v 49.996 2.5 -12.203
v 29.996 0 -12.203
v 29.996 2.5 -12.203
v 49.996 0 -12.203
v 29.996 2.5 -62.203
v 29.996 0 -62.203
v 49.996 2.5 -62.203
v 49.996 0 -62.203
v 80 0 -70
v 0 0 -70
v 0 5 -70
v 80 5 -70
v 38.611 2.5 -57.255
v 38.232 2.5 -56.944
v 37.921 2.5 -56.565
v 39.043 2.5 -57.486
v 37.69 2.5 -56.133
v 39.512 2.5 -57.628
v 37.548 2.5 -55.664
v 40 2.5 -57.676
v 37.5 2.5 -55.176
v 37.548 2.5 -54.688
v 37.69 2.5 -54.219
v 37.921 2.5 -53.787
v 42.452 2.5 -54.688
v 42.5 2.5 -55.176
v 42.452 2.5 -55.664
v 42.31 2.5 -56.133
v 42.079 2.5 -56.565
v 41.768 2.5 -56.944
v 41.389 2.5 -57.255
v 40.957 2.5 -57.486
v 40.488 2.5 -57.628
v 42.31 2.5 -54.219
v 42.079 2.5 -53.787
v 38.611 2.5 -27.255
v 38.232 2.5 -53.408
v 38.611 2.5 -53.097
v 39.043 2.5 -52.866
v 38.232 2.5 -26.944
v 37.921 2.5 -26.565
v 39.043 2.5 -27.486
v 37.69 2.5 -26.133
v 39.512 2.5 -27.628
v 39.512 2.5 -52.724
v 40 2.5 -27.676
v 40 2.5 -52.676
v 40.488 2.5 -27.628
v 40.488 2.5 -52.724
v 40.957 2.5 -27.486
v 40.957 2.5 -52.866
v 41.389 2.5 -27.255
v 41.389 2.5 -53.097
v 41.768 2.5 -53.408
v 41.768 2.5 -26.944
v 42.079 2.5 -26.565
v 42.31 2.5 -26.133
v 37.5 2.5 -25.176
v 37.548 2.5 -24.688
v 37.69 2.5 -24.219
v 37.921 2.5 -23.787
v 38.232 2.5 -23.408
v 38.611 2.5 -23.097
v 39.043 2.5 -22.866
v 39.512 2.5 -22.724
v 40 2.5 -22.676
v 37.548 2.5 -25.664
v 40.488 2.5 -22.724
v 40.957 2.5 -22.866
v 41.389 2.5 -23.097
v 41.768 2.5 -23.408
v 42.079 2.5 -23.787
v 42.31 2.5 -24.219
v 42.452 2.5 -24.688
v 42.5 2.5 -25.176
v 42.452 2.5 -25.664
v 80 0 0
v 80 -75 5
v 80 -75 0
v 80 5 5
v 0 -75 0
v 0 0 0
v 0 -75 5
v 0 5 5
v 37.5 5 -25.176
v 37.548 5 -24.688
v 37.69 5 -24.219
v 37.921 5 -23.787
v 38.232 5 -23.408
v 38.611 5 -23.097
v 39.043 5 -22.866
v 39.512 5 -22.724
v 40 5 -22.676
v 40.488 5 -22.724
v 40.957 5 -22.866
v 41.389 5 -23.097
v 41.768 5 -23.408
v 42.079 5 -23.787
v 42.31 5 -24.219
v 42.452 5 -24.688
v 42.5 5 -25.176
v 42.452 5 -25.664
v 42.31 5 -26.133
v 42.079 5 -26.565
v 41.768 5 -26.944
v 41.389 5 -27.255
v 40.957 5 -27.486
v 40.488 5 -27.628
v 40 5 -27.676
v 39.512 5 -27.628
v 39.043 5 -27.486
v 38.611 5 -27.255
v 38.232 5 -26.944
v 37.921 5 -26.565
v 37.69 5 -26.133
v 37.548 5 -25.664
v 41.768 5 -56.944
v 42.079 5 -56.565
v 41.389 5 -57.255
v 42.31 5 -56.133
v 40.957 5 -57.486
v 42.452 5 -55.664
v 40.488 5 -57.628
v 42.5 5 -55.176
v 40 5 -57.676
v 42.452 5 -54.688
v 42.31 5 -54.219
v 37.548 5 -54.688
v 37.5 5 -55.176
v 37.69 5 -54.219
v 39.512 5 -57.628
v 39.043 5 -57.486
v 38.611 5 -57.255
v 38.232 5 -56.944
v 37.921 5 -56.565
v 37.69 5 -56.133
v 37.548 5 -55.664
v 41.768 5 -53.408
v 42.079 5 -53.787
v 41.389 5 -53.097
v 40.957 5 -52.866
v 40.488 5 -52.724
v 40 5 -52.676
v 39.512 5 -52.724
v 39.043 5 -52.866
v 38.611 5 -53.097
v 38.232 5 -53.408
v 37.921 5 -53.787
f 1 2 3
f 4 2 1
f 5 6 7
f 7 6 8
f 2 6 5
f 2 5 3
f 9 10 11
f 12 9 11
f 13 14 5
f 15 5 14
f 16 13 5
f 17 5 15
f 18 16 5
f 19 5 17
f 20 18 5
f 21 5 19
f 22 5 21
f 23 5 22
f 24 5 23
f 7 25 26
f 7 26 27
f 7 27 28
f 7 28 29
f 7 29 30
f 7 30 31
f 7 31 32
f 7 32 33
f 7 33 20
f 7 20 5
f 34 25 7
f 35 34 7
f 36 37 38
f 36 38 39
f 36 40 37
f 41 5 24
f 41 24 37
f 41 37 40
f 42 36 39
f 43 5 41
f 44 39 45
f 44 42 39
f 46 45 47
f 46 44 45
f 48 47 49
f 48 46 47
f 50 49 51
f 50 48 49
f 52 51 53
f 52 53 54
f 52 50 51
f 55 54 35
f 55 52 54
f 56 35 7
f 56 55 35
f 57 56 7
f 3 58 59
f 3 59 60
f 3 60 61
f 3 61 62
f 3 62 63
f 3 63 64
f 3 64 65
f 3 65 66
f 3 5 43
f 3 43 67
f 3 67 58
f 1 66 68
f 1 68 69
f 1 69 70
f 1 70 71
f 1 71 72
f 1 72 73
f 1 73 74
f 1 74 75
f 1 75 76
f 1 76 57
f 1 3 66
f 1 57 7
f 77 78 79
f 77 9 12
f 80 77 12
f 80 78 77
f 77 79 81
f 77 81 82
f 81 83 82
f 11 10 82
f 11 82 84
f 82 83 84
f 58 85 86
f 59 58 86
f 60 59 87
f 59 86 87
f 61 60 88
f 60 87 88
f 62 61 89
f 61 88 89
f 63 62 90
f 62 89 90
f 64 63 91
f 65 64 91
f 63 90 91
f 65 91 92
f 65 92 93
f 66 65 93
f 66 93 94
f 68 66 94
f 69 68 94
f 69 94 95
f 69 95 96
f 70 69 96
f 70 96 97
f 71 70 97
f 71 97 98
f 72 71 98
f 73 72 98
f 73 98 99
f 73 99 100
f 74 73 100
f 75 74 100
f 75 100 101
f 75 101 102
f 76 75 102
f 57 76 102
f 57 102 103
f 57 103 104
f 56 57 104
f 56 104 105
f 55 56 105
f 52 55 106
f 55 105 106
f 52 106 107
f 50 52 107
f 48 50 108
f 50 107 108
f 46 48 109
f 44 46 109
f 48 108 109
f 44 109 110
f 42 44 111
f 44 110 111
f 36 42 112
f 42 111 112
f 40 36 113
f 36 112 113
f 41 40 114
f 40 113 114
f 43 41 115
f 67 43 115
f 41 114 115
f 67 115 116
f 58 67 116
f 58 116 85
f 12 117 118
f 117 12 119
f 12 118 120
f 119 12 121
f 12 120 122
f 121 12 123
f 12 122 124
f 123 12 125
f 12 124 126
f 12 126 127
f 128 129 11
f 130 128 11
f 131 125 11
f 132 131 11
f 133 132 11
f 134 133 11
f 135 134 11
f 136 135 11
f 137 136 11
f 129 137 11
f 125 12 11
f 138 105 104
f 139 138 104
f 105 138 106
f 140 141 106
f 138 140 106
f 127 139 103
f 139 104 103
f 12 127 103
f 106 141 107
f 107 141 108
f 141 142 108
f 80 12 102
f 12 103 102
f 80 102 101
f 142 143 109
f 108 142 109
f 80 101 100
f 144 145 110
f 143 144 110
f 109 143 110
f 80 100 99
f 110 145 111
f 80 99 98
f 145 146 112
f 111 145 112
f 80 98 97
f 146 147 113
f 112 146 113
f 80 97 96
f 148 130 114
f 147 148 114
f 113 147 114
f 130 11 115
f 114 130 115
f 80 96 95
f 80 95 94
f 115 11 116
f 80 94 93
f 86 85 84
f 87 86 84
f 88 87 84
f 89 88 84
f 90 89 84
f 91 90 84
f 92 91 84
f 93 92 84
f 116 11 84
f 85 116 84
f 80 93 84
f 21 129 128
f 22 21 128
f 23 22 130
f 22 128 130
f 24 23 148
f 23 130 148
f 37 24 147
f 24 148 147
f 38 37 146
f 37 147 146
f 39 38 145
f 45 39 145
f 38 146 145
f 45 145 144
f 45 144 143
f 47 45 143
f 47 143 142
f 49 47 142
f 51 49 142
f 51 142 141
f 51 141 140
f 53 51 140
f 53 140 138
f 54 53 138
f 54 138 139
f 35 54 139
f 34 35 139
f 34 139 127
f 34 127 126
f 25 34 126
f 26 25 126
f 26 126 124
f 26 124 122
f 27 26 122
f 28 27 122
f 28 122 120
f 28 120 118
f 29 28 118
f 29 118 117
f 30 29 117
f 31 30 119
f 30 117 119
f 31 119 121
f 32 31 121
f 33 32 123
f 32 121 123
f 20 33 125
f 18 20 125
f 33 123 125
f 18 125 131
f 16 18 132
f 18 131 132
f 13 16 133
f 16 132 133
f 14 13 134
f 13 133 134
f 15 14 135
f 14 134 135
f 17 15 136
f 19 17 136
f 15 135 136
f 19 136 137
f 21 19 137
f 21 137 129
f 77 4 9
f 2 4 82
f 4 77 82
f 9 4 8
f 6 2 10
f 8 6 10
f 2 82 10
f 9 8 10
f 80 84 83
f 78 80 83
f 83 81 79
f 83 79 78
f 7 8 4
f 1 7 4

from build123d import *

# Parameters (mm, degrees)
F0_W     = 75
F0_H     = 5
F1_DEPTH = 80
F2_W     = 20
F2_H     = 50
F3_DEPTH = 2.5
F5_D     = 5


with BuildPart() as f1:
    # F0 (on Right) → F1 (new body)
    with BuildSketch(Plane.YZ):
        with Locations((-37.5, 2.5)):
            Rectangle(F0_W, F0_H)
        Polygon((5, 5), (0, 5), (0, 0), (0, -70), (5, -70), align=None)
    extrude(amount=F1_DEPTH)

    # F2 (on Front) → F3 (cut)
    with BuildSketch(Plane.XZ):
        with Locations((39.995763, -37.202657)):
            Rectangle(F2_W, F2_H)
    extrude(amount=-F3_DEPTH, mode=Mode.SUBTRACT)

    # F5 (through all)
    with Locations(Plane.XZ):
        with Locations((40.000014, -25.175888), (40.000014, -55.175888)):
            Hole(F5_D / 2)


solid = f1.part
════════════════════
Your instructions: Write out again, exactly, the lines from the start of the entries up to and including the one with "v 41.768 2.5 -56.944". Nothing else belongs in the reply.

Solution for this exercise:
v 49.996 2.5 -12.203
v 29.996 0 -12.203
v 29.996 2.5 -12.203
v 49.996 0 -12.203
v 29.996 2.5 -62.203
v 29.996 0 -62.203
v 49.996 2.5 -62.203
v 49.996 0 -62.203
v 80 0 -70
v 0 0 -70
v 0 5 -70
v 80 5 -70
v 38.611 2.5 -57.255
v 38.232 2.5 -56.944
v 37.921 2.5 -56.565
v 39.043 2.5 -57.486
v 37.69 2.5 -56.133
v 39.512 2.5 -57.628
v 37.548 2.5 -55.664
v 40 2.5 -57.676
v 37.5 2.5 -55.176
v 37.548 2.5 -54.688
v 37.69 2.5 -54.219
v 37.921 2.5 -53.787
v 42.452 2.5 -54.688
v 42.5 2.5 -55.176
v 42.452 2.5 -55.664
v 42.31 2.5 -56.133
v 42.079 2.5 -56.565
v 41.768 2.5 -56.944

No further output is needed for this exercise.